→ **Exercise**
What you return should be the lines from the first line of the records below through the line holding "v 0 14.622 1.787", unchanged.

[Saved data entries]
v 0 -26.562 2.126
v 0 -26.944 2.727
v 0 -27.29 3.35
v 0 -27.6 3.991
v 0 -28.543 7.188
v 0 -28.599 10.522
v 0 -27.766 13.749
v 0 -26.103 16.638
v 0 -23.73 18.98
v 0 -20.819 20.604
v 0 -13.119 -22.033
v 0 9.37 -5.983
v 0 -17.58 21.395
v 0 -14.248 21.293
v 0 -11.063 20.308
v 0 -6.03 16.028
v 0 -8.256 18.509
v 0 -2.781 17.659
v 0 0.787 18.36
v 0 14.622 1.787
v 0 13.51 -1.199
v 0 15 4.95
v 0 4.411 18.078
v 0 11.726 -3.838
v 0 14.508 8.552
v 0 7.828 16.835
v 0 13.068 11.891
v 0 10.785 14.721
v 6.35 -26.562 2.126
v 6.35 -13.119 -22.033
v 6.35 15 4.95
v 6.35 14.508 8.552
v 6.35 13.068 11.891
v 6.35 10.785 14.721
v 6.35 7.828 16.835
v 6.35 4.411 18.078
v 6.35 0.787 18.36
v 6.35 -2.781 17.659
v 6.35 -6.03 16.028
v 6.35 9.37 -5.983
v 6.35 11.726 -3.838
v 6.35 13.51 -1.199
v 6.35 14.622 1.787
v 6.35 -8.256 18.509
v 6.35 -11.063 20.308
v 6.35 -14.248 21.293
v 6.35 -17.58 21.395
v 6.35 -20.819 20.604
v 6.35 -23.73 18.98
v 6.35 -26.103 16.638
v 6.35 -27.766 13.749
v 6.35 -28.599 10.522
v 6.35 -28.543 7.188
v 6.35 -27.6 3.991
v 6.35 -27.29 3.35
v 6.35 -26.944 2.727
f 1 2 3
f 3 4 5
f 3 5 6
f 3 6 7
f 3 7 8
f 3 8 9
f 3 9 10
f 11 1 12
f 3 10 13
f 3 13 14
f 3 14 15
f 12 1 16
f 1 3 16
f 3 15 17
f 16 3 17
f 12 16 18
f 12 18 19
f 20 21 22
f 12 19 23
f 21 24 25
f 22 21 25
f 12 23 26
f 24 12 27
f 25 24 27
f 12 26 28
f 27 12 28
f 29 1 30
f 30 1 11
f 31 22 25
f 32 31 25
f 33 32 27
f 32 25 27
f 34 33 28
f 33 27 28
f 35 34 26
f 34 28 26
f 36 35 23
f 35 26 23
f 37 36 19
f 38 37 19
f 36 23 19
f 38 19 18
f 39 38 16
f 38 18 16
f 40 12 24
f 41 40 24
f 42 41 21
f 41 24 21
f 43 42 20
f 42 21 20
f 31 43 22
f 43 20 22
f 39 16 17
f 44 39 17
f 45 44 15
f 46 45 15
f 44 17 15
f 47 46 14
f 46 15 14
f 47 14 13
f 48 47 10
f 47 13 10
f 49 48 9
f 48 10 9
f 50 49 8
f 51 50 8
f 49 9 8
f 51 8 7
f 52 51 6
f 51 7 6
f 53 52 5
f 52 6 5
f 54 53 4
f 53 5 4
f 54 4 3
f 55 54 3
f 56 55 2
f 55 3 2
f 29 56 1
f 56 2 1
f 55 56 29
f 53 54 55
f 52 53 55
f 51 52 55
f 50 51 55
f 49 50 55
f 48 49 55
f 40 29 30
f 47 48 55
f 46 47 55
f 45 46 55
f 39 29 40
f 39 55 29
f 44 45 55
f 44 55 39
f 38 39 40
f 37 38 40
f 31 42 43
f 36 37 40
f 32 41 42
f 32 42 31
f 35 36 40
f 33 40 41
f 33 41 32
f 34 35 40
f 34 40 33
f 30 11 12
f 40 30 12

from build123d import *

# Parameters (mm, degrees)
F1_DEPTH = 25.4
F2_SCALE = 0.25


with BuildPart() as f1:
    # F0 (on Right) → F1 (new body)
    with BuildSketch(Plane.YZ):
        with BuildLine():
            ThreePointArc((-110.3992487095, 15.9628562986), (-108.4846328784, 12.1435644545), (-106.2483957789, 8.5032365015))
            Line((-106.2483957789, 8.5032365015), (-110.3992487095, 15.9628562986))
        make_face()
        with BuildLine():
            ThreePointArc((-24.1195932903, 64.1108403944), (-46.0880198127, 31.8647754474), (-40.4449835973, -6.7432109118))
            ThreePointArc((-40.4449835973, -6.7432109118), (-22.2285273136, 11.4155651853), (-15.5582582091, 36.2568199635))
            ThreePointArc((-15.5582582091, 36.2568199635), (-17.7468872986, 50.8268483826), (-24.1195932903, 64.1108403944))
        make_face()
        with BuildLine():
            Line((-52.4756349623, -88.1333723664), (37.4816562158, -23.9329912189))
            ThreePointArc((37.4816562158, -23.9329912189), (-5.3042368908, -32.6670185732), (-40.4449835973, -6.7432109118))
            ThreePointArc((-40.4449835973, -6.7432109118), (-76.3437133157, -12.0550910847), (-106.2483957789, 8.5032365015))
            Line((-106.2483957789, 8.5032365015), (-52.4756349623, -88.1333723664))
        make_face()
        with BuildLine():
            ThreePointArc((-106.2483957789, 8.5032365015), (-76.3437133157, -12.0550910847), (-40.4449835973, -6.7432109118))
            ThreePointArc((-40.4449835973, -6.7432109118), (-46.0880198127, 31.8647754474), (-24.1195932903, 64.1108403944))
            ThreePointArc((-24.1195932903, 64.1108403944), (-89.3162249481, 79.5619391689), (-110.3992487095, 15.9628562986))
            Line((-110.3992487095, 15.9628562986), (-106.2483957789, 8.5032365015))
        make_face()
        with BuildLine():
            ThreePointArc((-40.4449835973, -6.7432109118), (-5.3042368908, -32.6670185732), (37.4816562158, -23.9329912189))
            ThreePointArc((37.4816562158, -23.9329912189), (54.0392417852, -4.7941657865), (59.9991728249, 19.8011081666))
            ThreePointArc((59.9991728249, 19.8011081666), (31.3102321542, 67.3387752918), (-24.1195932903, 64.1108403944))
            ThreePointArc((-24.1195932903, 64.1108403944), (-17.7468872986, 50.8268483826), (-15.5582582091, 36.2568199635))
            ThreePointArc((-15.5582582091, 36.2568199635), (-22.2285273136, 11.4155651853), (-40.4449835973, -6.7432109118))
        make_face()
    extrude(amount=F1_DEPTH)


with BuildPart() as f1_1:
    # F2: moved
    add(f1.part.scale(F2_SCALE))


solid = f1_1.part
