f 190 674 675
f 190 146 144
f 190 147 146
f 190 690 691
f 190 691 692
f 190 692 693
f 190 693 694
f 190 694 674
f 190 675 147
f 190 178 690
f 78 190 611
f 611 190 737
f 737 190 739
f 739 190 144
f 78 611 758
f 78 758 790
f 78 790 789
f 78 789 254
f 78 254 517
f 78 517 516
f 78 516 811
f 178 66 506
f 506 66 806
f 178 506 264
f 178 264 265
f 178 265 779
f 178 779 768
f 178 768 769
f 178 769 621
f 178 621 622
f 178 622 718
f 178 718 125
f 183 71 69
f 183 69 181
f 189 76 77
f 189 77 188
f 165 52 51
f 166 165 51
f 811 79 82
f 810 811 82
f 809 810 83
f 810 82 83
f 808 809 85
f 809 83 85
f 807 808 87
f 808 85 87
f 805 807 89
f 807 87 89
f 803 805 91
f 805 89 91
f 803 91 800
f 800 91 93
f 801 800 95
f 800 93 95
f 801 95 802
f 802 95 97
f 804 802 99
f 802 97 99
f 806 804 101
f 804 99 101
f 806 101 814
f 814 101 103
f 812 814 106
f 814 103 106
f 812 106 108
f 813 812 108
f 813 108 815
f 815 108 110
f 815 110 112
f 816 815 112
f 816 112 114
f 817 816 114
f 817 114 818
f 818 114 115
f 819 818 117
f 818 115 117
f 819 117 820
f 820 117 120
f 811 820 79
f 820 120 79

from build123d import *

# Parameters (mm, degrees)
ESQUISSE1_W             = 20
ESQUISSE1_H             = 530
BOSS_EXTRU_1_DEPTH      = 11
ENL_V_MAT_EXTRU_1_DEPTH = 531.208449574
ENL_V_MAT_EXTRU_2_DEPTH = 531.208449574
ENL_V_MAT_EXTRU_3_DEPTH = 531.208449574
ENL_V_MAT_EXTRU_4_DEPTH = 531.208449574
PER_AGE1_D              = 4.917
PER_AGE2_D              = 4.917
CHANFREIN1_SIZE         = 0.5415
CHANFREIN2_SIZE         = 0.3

→ **Finished exercise**
v 0 -26.562 2.126
v 0 -26.944 2.727
v 0 -27.29 3.35
v 0 -27.6 3.991
v 0 -28.543 7.188
v 0 -28.599 10.522
v 0 -27.766 13.749
v 0 -26.103 16.638
v 0 -23.73 18.98
v 0 -20.819 20.604
v 0 -13.119 -22.033
v 0 9.37 -5.983
v 0 -17.58 21.395
v 0 -14.248 21.293
v 0 -11.063 20.308
v 0 -6.03 16.028
v 0 -8.256 18.509
v 0 -2.781 17.659
v 0 0.787 18.36
v 0 14.622 1.787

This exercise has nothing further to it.